MeasureFormulaInterpretation
Cohen's d(X-bar1 - X-bar2) / s_pooledSmall: 0.2, Medium: 0.5, Large: 0.8
Pearson's rCorrelation coefficientSmall: 0.1, Medium: 0.3, Large: 0.5
Cohen's fsqrt(eta^2 / (1 - eta^2)) for ANOVASmall: 0.1, Medium: 0.25, Large: 0.4
Odds ratio(a/b) / (c/d) in 2x2 table1 = no effect; farther from 1 = larger effect

Always report effect sizes alongside p-values. A result that is both statistically significant and practically meaningful is the gold standard.

ANOVA

One-way ANOVA

Tests whether three or more group means are all equal.

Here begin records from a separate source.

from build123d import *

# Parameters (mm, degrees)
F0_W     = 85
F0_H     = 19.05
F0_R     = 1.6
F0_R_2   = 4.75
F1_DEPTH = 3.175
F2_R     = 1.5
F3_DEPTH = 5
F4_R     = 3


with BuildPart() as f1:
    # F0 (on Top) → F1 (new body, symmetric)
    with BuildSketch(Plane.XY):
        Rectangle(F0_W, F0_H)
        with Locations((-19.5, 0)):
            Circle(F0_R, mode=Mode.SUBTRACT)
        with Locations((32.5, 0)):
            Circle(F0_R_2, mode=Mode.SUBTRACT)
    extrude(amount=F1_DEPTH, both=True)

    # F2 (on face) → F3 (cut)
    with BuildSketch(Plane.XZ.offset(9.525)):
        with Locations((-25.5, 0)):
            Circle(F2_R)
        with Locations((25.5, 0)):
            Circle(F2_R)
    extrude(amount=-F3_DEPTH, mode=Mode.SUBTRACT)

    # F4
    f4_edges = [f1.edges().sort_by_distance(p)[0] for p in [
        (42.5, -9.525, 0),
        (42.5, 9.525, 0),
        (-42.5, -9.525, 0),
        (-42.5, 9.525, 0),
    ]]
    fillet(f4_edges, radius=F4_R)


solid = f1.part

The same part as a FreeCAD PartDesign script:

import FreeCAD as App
import Part
import Sketcher
from FreeCAD import Vector
Q = App.Units.Quantity


def edges_at(feature, points):
    """Names of the edges that pass closest to the given points."""
    edges = feature.Shape.Edges
    near = lambda p: min(range(len(edges)), key=lambda i: edges[i].distToShape(Part.Vertex(*p))[0])
    return sorted({f"Edge{near(p) + 1}" for p in points})


def add_polygon(sketch, points):
    """Adds a closed chain of lines whose ends are joined by coincident constraints."""
    first, n = sketch.GeometryCount, len(points)
    for a, b in zip(points, points[1:] + points[:1]):
        sketch.addGeometry(Part.LineSegment(App.Vector(*a, 0), App.Vector(*b, 0)), False)
    for i in range(n):
        sketch.addConstraint(Sketcher.Constraint("Coincident", first + i, 2, first + (i + 1) % n, 1))

doc = App.newDocument("Part")
params = doc.addObject("Spreadsheet::Sheet", "Params")
for row, (alias, value) in enumerate([
    ("sketch1_diameter", "3.2 mm"),
    ("sketch1_diameter2", "9.5 mm"),
    ("sketch1_width", "85 mm"),
    ("sketch1_height", "19.05 mm"),
    ("pad1_length", "6.35 mm"),
    ("sketch2_diameter", "3 mm"),
    ("pocket1_length", "5 mm"),
    ("fillet_radius", "3 mm"),
], start=1):
    params.set(f"A{row}", alias)
    params.set(f"B{row}", "=" + value)
    params.setAlias(f"B{row}", alias)

body = doc.addObject("PartDesign::Body", "Body")

sketch1 = body.newObject("Sketcher::SketchObject", "Sketch")
sketch1.AttachmentSupport = (doc.getObject("XY_Plane"), [""])
sketch1.MapMode = "FlatFace"
add_polygon(sketch1, [(-42.5, 9.5), (-42.5, -9.5), (42.5, -9.5), (42.5, 9.5)])
sketch1.addGeometry(Part.Circle(Vector(-19.5, 0, 0), Vector(0, 0, 1), 1.6), False)
sketch1.addGeometry(Part.Circle(Vector(32.5, 0, 0), Vector(0, 0, 1), 4.8), False)
sketch1.addConstraint([
    Sketcher.Constraint("Vertical", 0),
    Sketcher.Constraint("Horizontal", 1),
    Sketcher.Constraint("Vertical", 2),
    Sketcher.Constraint("Horizontal", 3),
    Sketcher.Constraint("Symmetric", 0, 2, 2, 2, -1, 1),
    Sketcher.Constraint("PointOnObject", 4, 3, -1),
    Sketcher.Constraint("PointOnObject", 5, 3, -1),
    Sketcher.Constraint("Diameter", 4, Q("3.2 mm")),
    Sketcher.Constraint("Diameter", 5, Q("9.5 mm")),
    Sketcher.Constraint("DistanceX", 1, 1, 1, 2, Q("85 mm")),
    Sketcher.Constraint("DistanceX", 4, 3, 5, 3, Q("52 mm")),
    Sketcher.Constraint("DistanceX", 0, 2, 4, 3, Q("23 mm")),
    Sketcher.Constraint("DistanceY", 0, 2, 0, 1, Q("19.05 mm")),
])
sketch1.setExpression("Constraints[11]", "Params.sketch1_diameter")
sketch1.setExpression("Constraints[12]", "Params.sketch1_diameter2")
sketch1.setExpression("Constraints[13]", "Params.sketch1_width")
sketch1.setExpression("Constraints[16]", "Params.sketch1_height")
pad1 = body.newObject("PartDesign::Pad", "Pad")
pad1.Profile = sketch1
pad1.setExpression("Length", "Params.pad1_length")
pad1.Midplane = True

sketch2 = body.newObject("Sketcher::SketchObject", "Sketch001")
sketch2.AttachmentSupport = (doc.getObject("XZ_Plane"), [""])
sketch2.MapMode = "FlatFace"
sketch2.AttachmentOffset = App.Placement(Vector(0, 0, 9.525), App.Rotation())
sketch2.addGeometry([
    Part.Circle(Vector(-25.5, 0, 0), Vector(0, 0, 1), 1.5),
    Part.Circle(Vector(25.5, 0, 0), Vector(0, 0, 1), 1.5),
], False)
sketch2.addConstraint([
    Sketcher.Constraint("Equal", 0, 1),
    Sketcher.Constraint("Symmetric", 0, 3, 1, 3, -1, 1),
    Sketcher.Constraint("PointOnObject", 0, 3, -1),
    Sketcher.Constraint("Diameter", 0, Q("3 mm")),
    Sketcher.Constraint("DistanceX", 0, 3, 1, 3, Q("51 mm")),
])
sketch2.setExpression("Constraints[3]", "Params.sketch2_diameter")
pocket1 = body.newObject("PartDesign::Pocket", "Pocket")
pocket1.Profile = sketch2
pocket1.setExpression("Length", "Params.pocket1_length")
doc.recompute()

fillet = body.newObject("PartDesign::Fillet", "Fillet")
fillet.Base = (pocket1, edges_at(pocket1, [
    (42.5, -9.525, 0),
    (42.5, 9.525, 0),
    (-42.5, -9.525, 0),
    (-42.5, 9.525, 0),
]))
fillet.setExpression("Radius", "Params.fillet_radius")

doc.recompute()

  • H_0: mu_1 = mu_2 = ... = mu_k.
  • H_a: At least one mean differs.
  • Test statistic: F = MS_between / MS_within.
  • If F is large (p < alpha): At least one group differs, but ANOVA does not say which. Use post-hoc tests (Tukey HSD, Bonferroni) for pairwise comparisons.

Assumptions

  1. Independence of observations.
  2. Normality within each group (or large enough n per group).
  3. Equal variances across groups (Levene's test to check; Welch's ANOVA if violated).

Multiple Comparisons

Testing many hypotheses inflates the familywise error rate. With m independent tests at alpha = 0.05, the probability of at least one Type I error is 1 - (0.95)^m.

Corrections

  • Bonferroni: Test each at alpha/m. Conservative but simple.
  • Holm-Bonferroni: Step-down procedure. Less conservative than Bonferroni.
  • Tukey HSD: Designed for all pairwise comparisons after ANOVA.
  • False Discovery Rate (BH procedure): Controls the expected proportion of false discoveries. More powerful than familywise corrections for large m.

Common Mistakes

MistakeWhy it failsFix
"Fail to reject" interpreted as "H_0 is true"Absence of evidence is not evidence of absenceSay "insufficient evidence to conclude H_a"
Ignoring assumptionsTests are invalid when assumptions are violatedCheck assumptions; use robust alternatives
Reporting only p-valuesP-values without context are uninformativeReport effect sizes, confidence intervals, and sample sizes
Data dredging / p-hackingTesting many hypotheses and reporting only significant onesPre-register hypotheses; correct for multiple comparisons
Confusing one-tailed and two-tailedOne-tailed tests have more power but assume directionUse two-tailed unless the direction is specified before data collection

Cross-References

  • pearson agent: Chi-squared tests, ANOVA design, test selection.
  • gosset agent: t-tests, small-sample inference, paired designs.
  • wasserstein agent: P-value interpretation, moving beyond significance thresholds.
  • box agent: Model diagnostics, assumption checking.
  • probability-theory skill: Theoretical foundation (sampling distributions, CLT).
  • bayesian-methods skill: Alternative inferential framework that replaces p-values with posterior probabilities.

References

  • Wasserstein, R. L., & Lazar, N. A. (2016). "The ASA statement on p-values." The American Statistician, 70(2), 129-133.
  • Wasserstein, R. L., Schirm, A. L., & Lazar, N. A. (2019). "Moving to a world beyond p < 0.05." The American Statistician, 73(sup1), 1-19.
  • Cohen, J. (1988). Statistical Power Analysis for the Behavioral Sciences. 2nd edition. Lawrence Erlbaum.
  • Lehmann, E. L. (2005). Testing Statistical Hypotheses. 3rd edition. Springer.
  • Moore, D. S., McCabe, G. P., & Craig, B. A. (2021). Introduction to the Practice of Statistics. 10th edition. W.H. Freeman.